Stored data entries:
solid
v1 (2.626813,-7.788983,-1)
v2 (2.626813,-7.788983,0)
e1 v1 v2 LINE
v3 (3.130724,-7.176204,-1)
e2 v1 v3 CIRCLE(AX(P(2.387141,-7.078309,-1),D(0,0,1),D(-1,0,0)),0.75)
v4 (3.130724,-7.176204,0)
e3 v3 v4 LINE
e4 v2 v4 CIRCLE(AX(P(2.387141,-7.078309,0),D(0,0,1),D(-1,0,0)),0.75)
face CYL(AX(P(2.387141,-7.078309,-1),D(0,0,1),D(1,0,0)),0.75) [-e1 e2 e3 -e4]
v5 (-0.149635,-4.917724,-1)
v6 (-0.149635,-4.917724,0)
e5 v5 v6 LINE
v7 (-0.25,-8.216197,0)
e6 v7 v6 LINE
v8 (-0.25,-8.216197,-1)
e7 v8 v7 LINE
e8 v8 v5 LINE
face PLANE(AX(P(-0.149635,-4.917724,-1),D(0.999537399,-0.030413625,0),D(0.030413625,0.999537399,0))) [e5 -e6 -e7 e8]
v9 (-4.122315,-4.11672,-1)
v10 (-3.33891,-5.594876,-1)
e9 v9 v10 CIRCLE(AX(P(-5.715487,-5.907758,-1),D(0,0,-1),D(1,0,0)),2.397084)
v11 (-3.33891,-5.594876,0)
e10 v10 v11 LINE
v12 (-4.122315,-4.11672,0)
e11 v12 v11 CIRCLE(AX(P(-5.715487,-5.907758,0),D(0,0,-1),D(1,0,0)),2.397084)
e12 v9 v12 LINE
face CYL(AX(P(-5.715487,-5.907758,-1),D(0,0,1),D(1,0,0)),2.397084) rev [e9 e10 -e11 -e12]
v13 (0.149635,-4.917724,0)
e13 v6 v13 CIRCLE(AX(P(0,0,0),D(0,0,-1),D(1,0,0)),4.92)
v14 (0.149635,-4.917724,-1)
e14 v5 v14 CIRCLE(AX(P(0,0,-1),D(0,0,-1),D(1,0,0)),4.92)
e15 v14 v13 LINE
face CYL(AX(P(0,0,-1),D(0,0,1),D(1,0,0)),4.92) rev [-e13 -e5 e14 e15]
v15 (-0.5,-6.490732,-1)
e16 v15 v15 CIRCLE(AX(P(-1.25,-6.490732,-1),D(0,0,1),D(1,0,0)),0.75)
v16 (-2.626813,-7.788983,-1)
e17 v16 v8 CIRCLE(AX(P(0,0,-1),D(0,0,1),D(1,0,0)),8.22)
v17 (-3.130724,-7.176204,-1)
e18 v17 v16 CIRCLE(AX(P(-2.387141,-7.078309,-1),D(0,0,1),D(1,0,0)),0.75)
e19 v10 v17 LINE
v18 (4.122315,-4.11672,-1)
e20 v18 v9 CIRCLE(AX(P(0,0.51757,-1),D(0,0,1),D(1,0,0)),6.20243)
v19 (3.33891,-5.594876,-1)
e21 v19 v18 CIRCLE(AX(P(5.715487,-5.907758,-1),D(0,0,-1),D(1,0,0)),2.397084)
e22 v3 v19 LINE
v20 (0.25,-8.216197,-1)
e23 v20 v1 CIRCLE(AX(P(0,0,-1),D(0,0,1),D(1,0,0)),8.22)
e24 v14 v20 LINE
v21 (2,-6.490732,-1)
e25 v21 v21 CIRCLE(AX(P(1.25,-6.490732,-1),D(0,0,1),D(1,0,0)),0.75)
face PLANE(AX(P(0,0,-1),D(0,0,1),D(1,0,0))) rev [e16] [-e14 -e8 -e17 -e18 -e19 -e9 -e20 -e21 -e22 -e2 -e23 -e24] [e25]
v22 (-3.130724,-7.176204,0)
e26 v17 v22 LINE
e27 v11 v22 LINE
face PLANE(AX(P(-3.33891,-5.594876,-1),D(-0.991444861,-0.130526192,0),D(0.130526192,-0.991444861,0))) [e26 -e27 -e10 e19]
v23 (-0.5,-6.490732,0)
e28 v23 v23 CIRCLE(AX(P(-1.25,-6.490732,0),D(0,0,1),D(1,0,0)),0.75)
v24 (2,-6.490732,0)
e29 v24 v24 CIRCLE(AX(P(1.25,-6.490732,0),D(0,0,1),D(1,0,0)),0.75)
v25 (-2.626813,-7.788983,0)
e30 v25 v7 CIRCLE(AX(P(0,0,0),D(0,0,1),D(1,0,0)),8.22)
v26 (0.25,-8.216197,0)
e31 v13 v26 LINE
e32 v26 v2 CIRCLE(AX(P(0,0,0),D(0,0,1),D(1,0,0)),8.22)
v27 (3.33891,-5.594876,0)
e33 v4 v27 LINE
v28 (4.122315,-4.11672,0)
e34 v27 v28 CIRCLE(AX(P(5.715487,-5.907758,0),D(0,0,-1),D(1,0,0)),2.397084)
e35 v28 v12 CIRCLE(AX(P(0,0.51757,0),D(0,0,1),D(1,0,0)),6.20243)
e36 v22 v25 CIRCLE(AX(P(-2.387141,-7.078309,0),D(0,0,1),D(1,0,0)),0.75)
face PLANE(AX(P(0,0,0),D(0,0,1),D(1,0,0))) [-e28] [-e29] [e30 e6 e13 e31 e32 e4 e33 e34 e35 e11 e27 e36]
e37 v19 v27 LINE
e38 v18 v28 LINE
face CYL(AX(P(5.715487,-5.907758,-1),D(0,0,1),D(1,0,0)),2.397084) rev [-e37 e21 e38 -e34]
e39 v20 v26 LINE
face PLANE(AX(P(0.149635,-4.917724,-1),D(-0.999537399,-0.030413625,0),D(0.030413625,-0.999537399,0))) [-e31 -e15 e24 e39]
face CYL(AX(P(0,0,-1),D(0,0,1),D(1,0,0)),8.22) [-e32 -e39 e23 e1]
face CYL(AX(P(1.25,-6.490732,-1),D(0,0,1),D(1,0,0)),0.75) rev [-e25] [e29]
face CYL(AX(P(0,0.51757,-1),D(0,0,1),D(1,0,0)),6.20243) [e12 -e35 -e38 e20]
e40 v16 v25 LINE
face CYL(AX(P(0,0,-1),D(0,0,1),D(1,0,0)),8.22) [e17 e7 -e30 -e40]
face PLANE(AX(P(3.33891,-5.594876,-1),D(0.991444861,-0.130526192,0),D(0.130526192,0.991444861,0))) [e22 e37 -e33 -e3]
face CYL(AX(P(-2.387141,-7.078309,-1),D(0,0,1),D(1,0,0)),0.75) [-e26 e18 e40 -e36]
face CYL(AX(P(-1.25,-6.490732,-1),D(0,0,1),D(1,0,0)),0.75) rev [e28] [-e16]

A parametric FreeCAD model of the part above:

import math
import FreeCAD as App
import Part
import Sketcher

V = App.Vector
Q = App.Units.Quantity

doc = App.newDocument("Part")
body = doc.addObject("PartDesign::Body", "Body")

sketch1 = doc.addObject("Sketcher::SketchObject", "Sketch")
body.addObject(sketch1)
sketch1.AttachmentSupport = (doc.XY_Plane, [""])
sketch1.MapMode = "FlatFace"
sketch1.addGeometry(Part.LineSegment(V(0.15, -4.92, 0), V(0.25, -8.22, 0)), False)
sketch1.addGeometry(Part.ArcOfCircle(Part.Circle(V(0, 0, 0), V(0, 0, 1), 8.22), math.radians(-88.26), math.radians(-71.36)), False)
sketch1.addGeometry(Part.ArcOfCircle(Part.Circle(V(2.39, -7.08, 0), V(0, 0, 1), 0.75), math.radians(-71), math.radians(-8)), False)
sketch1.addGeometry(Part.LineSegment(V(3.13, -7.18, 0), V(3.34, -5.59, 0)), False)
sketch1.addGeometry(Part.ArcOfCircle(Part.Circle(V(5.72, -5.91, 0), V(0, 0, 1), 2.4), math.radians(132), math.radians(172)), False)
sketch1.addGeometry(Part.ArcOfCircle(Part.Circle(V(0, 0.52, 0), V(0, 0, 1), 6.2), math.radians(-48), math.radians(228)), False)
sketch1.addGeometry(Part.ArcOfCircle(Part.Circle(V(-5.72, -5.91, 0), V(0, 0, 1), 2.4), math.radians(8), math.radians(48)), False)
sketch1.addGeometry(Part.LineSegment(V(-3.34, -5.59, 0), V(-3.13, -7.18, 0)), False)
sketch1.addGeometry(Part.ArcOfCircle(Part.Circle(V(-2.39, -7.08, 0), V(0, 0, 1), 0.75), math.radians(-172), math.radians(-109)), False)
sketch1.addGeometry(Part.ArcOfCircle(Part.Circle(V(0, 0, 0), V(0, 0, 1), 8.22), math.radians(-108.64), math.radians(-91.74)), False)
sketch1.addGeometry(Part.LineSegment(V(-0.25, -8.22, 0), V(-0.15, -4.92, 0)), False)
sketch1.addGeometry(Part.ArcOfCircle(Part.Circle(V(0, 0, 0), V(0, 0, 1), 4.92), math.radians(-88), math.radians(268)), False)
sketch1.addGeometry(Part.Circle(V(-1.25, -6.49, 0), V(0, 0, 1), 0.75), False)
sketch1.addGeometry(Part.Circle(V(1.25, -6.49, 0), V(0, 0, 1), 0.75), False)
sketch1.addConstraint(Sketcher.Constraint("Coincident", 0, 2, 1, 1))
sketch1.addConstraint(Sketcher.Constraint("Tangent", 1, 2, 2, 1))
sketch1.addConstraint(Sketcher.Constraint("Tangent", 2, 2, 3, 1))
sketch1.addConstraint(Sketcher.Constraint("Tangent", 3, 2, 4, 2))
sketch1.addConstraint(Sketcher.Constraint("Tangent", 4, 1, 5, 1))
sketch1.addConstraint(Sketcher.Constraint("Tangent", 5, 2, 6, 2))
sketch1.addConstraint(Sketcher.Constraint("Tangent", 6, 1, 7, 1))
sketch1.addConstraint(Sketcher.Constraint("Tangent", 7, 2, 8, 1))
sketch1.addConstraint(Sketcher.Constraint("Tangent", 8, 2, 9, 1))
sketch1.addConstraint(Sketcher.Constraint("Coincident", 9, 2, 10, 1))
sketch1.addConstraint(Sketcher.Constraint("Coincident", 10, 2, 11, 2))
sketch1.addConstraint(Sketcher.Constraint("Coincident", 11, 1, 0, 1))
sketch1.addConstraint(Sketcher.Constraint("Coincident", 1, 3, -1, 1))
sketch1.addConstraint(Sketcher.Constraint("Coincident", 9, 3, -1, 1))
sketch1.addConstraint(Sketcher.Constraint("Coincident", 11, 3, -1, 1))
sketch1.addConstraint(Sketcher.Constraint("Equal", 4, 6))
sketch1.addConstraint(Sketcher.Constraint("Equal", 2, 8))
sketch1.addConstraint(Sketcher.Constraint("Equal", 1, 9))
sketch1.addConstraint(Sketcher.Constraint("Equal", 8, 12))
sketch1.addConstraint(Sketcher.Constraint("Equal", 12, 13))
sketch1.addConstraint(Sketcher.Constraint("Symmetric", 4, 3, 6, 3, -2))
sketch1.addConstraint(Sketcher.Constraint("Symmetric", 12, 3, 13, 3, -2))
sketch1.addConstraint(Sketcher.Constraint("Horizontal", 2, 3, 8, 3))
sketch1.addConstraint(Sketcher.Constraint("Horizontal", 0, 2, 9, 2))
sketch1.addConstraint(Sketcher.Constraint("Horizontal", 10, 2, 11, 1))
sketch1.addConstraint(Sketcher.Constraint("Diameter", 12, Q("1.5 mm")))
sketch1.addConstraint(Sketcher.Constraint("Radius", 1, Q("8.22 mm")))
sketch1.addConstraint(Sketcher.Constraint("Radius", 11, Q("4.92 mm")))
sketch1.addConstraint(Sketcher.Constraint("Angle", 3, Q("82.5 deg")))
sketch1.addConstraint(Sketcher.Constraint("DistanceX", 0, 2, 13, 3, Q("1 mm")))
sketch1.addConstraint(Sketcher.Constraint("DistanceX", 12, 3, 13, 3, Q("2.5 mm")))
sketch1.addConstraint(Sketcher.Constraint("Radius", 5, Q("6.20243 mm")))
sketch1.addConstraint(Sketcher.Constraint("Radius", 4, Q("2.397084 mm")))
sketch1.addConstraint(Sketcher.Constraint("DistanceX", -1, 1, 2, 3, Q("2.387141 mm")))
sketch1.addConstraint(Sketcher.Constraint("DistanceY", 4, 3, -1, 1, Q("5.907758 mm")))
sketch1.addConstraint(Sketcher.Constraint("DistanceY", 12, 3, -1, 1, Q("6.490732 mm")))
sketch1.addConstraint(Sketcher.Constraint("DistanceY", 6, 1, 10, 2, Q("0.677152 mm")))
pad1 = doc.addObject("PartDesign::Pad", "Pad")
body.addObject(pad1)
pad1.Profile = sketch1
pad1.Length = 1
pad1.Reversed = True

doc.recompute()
==
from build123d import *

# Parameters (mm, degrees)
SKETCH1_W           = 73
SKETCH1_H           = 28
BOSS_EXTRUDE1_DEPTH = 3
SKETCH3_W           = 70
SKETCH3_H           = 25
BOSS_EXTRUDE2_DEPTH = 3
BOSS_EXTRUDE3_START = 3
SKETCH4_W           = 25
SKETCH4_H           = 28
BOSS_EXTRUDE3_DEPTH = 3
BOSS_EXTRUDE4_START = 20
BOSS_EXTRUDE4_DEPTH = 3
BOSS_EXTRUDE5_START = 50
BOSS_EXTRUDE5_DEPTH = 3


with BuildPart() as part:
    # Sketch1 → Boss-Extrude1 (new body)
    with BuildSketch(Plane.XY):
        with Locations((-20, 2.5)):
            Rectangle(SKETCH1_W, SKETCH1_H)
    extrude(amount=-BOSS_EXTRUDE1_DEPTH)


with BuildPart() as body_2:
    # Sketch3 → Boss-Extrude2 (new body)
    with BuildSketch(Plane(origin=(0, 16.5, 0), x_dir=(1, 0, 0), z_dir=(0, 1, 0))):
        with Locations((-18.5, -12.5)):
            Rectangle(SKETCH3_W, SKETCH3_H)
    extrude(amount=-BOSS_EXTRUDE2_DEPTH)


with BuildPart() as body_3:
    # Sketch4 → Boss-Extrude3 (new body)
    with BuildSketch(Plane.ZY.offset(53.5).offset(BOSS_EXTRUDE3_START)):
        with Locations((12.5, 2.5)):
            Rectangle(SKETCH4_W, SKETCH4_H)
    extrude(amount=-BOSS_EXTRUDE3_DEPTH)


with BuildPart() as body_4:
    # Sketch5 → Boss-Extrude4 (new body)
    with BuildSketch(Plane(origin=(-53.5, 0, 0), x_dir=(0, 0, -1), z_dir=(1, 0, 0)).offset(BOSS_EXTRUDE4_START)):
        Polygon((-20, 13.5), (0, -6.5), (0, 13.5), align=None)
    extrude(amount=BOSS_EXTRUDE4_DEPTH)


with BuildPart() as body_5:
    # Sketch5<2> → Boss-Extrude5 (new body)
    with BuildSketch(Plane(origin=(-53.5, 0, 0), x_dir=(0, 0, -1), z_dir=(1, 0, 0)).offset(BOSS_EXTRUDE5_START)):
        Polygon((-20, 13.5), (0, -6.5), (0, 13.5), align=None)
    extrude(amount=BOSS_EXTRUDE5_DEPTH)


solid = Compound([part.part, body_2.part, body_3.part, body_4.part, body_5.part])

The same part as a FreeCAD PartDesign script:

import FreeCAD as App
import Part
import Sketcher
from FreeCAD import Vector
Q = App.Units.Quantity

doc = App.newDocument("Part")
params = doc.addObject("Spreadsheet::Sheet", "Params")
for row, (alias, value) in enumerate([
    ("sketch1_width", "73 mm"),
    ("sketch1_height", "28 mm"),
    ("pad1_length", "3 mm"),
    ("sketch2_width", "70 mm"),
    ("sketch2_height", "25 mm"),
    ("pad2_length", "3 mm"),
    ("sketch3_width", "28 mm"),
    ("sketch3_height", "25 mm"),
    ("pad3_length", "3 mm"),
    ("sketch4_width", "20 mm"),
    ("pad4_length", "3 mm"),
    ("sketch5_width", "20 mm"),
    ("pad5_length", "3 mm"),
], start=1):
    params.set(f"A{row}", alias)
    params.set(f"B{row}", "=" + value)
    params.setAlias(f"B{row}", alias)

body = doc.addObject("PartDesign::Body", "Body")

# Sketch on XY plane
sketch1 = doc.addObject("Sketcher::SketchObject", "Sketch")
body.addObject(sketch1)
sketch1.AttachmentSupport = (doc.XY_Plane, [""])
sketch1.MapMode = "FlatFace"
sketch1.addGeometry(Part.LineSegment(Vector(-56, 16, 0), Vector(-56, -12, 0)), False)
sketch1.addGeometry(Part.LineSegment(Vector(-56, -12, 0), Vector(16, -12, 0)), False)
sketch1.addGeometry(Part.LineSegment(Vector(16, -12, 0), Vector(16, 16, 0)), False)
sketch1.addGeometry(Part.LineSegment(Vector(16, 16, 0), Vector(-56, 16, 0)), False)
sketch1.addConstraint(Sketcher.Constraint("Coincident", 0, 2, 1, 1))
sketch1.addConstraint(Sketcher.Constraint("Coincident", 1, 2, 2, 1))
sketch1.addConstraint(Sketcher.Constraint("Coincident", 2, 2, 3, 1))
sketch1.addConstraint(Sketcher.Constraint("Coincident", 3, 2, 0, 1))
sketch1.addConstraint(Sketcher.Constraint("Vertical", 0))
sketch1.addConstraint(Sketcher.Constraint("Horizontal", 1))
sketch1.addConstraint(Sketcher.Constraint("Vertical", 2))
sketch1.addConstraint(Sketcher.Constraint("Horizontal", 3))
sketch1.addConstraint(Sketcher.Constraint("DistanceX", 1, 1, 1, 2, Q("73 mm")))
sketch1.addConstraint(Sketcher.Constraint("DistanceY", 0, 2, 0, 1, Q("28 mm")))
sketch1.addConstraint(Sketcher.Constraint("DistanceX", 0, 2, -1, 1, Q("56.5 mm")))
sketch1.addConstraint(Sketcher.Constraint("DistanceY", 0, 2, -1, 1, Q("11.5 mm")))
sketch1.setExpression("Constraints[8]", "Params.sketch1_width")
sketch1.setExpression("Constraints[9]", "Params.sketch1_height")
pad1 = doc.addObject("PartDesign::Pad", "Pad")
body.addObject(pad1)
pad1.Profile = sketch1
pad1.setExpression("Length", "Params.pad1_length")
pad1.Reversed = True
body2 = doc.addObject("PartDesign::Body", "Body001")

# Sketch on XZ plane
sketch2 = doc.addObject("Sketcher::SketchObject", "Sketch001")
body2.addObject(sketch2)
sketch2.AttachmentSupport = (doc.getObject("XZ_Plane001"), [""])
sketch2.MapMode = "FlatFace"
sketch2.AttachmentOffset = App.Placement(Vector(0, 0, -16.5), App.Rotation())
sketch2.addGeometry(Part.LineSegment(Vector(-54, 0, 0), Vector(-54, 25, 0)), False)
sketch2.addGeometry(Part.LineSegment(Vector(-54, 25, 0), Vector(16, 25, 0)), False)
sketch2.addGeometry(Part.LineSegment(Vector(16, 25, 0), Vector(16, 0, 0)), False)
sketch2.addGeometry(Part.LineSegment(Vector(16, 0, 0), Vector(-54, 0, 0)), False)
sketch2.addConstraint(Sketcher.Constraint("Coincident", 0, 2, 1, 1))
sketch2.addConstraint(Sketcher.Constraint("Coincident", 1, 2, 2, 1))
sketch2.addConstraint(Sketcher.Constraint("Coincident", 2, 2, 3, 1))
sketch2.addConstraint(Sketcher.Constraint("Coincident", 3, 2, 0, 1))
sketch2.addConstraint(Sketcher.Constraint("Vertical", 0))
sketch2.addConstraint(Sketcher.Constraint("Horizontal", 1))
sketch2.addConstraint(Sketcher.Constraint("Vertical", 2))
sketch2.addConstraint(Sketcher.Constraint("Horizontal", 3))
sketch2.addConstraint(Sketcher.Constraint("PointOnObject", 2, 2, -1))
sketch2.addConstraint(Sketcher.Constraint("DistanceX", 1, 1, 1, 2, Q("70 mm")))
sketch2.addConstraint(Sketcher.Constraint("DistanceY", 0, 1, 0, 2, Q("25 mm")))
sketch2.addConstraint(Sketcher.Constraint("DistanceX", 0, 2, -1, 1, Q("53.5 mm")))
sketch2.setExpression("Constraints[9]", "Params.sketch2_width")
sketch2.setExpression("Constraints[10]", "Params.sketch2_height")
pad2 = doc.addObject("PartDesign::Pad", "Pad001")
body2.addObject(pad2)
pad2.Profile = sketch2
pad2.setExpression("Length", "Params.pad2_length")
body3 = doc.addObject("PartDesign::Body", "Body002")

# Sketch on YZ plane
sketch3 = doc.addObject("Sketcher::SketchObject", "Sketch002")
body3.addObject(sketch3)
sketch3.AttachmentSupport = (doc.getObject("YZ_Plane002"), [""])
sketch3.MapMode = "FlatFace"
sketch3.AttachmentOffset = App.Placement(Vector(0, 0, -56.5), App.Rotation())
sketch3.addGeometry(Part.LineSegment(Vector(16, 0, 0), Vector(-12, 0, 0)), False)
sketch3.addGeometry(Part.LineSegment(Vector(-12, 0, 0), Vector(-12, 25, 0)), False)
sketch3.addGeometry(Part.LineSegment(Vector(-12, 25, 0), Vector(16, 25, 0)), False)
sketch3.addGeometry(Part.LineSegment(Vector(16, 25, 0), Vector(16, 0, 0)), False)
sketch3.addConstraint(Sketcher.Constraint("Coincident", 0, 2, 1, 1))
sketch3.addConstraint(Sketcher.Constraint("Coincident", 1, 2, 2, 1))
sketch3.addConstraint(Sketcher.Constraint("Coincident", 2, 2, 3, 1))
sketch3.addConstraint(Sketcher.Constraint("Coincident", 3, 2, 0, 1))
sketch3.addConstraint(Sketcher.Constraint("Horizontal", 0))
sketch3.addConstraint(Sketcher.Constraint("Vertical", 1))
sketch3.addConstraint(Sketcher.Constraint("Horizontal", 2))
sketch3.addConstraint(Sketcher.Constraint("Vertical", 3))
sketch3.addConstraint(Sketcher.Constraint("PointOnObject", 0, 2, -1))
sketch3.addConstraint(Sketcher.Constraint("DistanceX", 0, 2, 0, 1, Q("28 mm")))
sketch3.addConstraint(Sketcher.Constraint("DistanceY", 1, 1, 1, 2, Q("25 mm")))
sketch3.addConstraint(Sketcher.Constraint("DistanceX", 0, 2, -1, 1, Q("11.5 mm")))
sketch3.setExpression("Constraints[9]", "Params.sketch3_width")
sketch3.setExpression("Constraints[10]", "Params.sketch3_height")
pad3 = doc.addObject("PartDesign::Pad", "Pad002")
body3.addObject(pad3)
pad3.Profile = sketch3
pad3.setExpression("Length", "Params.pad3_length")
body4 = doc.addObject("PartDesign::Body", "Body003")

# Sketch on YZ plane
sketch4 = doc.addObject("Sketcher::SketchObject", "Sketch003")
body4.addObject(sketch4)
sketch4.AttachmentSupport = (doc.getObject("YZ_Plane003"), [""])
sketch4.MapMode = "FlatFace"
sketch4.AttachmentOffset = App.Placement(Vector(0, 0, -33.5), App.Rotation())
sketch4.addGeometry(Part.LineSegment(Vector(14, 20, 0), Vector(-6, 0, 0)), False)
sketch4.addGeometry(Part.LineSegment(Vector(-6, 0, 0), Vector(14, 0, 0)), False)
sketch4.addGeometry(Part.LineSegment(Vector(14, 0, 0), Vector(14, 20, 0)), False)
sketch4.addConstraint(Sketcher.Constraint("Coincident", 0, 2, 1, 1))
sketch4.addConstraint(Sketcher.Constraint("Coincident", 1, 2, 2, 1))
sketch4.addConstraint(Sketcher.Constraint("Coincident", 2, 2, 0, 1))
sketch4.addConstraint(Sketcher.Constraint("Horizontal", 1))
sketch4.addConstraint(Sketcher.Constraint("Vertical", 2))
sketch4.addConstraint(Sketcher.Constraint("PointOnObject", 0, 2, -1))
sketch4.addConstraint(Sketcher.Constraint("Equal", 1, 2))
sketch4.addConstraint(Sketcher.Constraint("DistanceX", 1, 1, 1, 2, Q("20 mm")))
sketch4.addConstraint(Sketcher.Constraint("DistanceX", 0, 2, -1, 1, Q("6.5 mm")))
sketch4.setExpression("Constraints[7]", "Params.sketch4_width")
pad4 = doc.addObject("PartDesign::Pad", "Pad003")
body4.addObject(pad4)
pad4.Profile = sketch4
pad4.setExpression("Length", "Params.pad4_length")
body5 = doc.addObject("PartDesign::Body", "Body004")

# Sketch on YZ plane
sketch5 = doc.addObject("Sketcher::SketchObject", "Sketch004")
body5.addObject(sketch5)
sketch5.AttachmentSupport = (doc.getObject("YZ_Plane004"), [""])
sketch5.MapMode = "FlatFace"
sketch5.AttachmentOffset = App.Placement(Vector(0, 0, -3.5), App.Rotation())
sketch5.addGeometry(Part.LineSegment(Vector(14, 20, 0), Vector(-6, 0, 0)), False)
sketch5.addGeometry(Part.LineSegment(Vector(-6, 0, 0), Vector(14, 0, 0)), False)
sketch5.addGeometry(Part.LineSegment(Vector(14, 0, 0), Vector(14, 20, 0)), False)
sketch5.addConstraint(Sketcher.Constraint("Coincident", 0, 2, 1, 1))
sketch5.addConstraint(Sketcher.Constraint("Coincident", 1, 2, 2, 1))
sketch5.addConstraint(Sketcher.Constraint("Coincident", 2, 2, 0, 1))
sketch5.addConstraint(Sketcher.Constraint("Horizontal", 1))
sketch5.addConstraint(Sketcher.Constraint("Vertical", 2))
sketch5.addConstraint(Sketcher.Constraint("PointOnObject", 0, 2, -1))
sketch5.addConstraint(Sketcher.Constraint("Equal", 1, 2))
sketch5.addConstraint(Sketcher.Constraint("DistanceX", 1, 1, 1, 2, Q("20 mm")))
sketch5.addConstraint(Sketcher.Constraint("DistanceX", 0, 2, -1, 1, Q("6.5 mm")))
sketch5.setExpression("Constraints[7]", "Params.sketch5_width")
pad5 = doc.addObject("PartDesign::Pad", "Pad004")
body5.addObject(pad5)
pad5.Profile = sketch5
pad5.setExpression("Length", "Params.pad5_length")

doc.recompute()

WHAT IS BEING ASKED: The lines to extract from the data above begin with the line containing "e37 v19 v27 LINE" and end with the line containing "A parametric FreeCAD". Extract them exactly, including both.

SOLUTION TO THIS PROBLEM:
e37 v19 v27 LINE
e38 v18 v28 LINE
face CYL(AX(P(5.715487,-5.907758,-1),D(0,0,1),D(1,0,0)),2.397084) rev [-e37 e21 e38 -e34]
e39 v20 v26 LINE
face PLANE(AX(P(0.149635,-4.917724,-1),D(-0.999537399,-0.030413625,0),D(0.030413625,-0.999537399,0))) [-e31 -e15 e24 e39]
face CYL(AX(P(0,0,-1),D(0,0,1),D(1,0,0)),8.22) [-e32 -e39 e23 e1]
face CYL(AX(P(1.25,-6.490732,-1),D(0,0,1),D(1,0,0)),0.75) rev [-e25] [e29]
face CYL(AX(P(0,0.51757,-1),D(0,0,1),D(1,0,0)),6.20243) [e12 -e35 -e38 e20]
e40 v16 v25 LINE
face CYL(AX(P(0,0,-1),D(0,0,1),D(1,0,0)),8.22) [e17 e7 -e30 -e40]
face PLANE(AX(P(3.33891,-5.594876,-1),D(0.991444861,-0.130526192,0),D(0.130526192,0.991444861,0))) [e22 e37 -e33 -e3]
face CYL(AX(P(-2.387141,-7.078309,-1),D(0,0,1),D(1,0,0)),0.75) [-e26 e18 e40 -e36]
face CYL(AX(P(-1.25,-6.490732,-1),D(0,0,1),D(1,0,0)),0.75) rev [e28] [-e16]

A parametric FreeCAD model of the part above:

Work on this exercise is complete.